* SOURCE DATA
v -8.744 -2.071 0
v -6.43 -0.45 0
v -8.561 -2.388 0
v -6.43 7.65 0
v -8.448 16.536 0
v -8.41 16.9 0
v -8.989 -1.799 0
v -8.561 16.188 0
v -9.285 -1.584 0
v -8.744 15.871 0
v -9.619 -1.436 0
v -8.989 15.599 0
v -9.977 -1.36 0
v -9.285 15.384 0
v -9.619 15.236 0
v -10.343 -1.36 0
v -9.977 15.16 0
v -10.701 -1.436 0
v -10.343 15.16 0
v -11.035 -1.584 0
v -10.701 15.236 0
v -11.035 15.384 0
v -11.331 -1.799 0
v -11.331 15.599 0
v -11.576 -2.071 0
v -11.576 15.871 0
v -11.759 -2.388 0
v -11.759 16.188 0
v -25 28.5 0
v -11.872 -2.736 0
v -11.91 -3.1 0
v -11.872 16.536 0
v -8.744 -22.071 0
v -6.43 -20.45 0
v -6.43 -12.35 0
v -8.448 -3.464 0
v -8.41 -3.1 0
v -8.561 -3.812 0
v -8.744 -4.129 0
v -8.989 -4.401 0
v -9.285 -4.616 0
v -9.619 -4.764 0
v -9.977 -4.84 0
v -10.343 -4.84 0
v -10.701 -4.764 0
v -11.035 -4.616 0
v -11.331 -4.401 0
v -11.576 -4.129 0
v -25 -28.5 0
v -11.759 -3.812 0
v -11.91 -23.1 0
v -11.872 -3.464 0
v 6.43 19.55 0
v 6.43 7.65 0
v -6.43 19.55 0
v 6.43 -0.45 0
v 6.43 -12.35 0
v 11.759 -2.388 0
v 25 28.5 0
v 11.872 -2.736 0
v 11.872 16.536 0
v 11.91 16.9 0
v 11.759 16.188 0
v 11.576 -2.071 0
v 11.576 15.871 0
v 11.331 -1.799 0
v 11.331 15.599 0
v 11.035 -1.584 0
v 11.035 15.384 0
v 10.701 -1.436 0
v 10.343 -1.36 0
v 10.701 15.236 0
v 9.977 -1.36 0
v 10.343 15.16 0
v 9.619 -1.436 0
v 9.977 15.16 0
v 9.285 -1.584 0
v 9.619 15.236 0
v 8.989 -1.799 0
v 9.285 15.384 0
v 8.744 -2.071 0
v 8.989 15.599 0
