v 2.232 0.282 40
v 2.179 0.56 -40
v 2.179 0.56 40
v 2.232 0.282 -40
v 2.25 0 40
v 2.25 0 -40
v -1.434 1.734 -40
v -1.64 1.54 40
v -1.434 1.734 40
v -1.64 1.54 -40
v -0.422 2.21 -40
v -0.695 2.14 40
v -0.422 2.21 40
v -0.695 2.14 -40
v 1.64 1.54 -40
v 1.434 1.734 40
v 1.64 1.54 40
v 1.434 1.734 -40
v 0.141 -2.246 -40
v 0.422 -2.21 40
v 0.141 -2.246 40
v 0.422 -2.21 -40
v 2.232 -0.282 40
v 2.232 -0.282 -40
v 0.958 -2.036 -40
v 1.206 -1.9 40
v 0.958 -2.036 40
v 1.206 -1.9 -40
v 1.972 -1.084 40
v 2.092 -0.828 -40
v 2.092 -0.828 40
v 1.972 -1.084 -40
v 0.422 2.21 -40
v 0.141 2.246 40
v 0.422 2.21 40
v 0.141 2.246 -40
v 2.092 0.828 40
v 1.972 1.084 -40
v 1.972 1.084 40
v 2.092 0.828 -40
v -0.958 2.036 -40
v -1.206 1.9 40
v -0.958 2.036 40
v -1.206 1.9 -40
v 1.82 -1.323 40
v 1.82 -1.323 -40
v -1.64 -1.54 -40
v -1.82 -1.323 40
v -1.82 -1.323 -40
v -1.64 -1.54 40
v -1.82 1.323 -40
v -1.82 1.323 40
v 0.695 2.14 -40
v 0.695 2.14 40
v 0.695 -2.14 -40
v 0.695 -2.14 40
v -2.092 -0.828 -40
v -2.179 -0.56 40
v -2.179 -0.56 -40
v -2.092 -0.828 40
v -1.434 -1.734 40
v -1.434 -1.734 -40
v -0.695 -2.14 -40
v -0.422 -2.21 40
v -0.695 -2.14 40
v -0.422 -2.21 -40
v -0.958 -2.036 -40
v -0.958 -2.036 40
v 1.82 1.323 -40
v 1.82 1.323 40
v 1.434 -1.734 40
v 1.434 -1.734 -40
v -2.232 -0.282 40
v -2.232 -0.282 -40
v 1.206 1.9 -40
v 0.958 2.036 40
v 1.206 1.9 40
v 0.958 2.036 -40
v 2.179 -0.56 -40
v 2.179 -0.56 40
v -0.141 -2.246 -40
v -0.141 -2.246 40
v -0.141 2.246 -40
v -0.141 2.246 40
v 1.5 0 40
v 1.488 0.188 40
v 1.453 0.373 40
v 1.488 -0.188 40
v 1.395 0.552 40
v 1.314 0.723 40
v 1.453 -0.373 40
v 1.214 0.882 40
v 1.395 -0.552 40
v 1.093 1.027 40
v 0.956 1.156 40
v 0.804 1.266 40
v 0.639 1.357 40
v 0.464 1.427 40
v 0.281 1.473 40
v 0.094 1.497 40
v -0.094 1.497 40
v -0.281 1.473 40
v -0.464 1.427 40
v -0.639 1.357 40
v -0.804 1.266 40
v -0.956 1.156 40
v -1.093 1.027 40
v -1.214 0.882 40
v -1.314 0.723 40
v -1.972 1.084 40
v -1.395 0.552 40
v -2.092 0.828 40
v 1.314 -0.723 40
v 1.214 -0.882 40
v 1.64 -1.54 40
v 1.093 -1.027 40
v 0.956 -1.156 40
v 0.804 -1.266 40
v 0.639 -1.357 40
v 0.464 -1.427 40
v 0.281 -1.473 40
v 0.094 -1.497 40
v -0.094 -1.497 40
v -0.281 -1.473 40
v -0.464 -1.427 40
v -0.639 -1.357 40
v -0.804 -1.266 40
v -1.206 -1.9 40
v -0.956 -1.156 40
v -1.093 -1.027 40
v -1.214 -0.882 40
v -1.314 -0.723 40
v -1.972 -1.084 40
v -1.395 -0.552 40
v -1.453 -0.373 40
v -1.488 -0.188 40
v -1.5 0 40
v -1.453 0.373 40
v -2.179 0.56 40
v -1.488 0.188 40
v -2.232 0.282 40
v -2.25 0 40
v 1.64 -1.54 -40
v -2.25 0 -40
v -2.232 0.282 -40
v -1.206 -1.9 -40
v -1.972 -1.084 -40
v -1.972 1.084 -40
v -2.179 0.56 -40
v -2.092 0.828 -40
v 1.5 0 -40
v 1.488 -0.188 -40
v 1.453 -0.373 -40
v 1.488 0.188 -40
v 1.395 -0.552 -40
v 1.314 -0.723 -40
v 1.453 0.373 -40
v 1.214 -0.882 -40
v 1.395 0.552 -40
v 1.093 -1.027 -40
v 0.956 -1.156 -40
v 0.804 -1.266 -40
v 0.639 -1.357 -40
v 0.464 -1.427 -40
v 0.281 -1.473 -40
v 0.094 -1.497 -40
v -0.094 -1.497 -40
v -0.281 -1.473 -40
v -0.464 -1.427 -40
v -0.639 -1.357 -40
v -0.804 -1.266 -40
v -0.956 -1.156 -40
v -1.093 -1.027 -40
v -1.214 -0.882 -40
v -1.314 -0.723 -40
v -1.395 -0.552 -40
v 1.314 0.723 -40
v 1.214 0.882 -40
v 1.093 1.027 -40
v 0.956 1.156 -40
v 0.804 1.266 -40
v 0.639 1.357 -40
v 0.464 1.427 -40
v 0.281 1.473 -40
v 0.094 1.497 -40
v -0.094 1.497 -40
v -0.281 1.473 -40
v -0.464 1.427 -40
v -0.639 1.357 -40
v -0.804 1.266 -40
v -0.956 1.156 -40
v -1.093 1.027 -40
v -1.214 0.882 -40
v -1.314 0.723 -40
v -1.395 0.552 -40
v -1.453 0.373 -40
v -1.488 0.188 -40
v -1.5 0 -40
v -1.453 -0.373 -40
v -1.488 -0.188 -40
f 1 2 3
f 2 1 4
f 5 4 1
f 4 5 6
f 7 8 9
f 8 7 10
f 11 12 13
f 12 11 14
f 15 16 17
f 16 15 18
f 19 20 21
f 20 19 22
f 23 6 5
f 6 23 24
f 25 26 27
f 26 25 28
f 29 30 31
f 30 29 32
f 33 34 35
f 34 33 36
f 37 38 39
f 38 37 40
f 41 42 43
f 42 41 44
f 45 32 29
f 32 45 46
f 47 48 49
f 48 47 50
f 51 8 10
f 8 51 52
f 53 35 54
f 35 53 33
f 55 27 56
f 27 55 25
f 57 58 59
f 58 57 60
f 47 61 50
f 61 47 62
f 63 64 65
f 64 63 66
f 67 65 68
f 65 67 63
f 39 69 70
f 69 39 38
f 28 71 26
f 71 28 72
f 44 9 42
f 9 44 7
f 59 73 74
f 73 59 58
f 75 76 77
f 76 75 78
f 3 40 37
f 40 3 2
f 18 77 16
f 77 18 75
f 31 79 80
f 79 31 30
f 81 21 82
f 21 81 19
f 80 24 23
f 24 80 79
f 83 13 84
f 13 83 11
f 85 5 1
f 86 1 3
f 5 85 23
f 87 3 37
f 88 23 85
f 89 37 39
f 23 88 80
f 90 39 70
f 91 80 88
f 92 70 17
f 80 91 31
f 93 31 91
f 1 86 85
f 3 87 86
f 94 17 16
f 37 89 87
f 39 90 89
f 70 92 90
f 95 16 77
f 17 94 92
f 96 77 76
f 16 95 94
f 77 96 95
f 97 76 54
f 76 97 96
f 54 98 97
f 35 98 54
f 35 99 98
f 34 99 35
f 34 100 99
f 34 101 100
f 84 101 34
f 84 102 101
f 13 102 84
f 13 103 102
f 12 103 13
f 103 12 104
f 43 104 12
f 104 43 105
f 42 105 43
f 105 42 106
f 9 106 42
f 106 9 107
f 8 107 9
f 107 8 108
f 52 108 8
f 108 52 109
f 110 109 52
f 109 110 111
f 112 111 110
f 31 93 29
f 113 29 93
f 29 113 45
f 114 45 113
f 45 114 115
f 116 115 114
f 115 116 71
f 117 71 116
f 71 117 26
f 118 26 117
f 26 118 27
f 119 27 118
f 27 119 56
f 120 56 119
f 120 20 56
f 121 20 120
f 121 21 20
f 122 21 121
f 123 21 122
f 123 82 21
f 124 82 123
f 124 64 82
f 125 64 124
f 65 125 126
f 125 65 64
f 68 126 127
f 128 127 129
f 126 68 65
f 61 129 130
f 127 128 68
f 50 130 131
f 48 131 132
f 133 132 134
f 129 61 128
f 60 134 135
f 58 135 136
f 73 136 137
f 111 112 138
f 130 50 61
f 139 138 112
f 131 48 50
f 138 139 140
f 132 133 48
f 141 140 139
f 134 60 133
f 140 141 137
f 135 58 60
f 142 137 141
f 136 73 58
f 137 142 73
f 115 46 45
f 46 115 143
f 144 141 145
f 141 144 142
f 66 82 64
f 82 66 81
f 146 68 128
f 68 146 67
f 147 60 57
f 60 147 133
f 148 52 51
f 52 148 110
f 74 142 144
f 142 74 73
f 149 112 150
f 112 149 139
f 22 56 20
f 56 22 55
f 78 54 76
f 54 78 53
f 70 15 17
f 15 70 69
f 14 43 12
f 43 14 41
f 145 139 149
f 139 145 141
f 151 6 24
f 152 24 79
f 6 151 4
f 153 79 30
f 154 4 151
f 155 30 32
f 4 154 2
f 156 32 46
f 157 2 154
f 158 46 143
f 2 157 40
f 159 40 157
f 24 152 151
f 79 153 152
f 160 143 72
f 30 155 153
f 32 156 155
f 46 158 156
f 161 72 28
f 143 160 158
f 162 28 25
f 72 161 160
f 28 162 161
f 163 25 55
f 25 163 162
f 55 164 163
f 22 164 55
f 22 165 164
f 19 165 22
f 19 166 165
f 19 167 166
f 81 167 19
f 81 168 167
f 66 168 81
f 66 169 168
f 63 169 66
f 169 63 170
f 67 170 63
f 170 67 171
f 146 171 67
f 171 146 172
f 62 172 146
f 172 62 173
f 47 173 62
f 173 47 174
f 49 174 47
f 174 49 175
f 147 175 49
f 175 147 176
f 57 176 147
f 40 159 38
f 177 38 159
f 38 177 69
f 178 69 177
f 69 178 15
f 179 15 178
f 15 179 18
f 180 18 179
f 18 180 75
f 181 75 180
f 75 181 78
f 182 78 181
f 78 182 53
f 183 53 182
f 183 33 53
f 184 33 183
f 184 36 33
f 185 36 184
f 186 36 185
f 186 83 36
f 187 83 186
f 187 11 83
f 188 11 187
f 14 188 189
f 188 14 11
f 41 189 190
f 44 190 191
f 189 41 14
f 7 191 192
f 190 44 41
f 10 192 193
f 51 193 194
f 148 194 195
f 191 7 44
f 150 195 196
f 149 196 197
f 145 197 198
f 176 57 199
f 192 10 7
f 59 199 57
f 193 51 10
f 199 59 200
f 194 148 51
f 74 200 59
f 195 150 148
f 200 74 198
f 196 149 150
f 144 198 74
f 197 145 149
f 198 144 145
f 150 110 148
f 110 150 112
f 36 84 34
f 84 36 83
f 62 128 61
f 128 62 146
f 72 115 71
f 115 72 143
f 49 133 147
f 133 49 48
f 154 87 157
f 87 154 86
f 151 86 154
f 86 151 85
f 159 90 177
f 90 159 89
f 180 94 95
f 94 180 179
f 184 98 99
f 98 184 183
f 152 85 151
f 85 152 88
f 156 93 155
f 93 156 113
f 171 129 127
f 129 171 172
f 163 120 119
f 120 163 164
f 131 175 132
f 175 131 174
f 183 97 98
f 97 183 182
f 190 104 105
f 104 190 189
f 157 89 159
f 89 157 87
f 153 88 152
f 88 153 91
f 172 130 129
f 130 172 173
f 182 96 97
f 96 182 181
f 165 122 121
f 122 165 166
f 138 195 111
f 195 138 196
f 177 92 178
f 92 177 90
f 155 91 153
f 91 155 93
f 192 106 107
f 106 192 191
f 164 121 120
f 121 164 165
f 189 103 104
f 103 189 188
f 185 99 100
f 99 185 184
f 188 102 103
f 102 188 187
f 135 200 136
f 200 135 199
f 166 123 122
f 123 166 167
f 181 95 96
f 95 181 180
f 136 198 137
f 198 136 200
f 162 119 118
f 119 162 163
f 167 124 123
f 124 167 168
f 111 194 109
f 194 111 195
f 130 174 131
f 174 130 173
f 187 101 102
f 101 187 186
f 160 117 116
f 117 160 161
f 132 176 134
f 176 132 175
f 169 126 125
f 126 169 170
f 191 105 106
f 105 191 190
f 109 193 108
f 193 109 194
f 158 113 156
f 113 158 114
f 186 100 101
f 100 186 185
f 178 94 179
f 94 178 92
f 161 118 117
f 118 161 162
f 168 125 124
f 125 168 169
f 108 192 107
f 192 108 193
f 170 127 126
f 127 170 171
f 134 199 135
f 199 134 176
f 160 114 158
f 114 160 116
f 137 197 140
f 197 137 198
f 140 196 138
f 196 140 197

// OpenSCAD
$fn = 50;


difference() {
	union() {
		translate(v = [0, 0, -40.0000000000]) {
			cylinder(h = 80, r = 2.2500000000);
		}
	}
	union() {
		translate(v = [0, 0, -100.0000000000]) {
			cylinder(h = 200, r = 1.5000000000);
		}
	}
}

* TASK
Write out exactly, please, the lines beginning at the start of the material and ending with the line that holds "v 9.619 -1.436 0", both included.

* RESPONSE BELOW
v -8.744 -2.071 0
v -6.43 -0.45 0
v -8.561 -2.388 0
v -6.43 7.65 0
v -8.448 16.536 0
v -8.41 16.9 0
v -8.989 -1.799 0
v -8.561 16.188 0
v -9.285 -1.584 0
v -8.744 15.871 0
v -9.619 -1.436 0
v -8.989 15.599 0
v -9.977 -1.36 0
v -9.285 15.384 0
v -9.619 15.236 0
v -10.343 -1.36 0
v -9.977 15.16 0
v -10.701 -1.436 0
v -10.343 15.16 0
v -11.035 -1.584 0
v -10.701 15.236 0
v -11.035 15.384 0
v -11.331 -1.799 0
v -11.331 15.599 0
v -11.576 -2.071 0
v -11.576 15.871 0
v -11.759 -2.388 0
v -11.759 16.188 0
v -25 28.5 0
v -11.872 -2.736 0
v -11.91 -3.1 0
v -11.872 16.536 0
v -8.744 -22.071 0
v -6.43 -20.45 0
v -6.43 -12.35 0
v -8.448 -3.464 0
v -8.41 -3.1 0
v -8.561 -3.812 0
v -8.744 -4.129 0
v -8.989 -4.401 0
v -9.285 -4.616 0
v -9.619 -4.764 0
v -9.977 -4.84 0
v -10.343 -4.84 0
v -10.701 -4.764 0
v -11.035 -4.616 0
v -11.331 -4.401 0
v -11.576 -4.129 0
v -25 -28.5 0
v -11.759 -3.812 0
v -11.91 -23.1 0
v -11.872 -3.464 0
v 6.43 19.55 0
v 6.43 7.65 0
v -6.43 19.55 0
v 6.43 -0.45 0
v 6.43 -12.35 0
v 11.759 -2.388 0
v 25 28.5 0
v 11.872 -2.736 0
v 11.872 16.536 0
v 11.91 16.9 0
v 11.759 16.188 0
v 11.576 -2.071 0
v 11.576 15.871 0
v 11.331 -1.799 0
v 11.331 15.599 0
v 11.035 -1.584 0
v 11.035 15.384 0
v 10.701 -1.436 0
v 10.343 -1.36 0
v 10.701 15.236 0
v 9.977 -1.36 0
v 10.343 15.16 0
v 9.619 -1.436 0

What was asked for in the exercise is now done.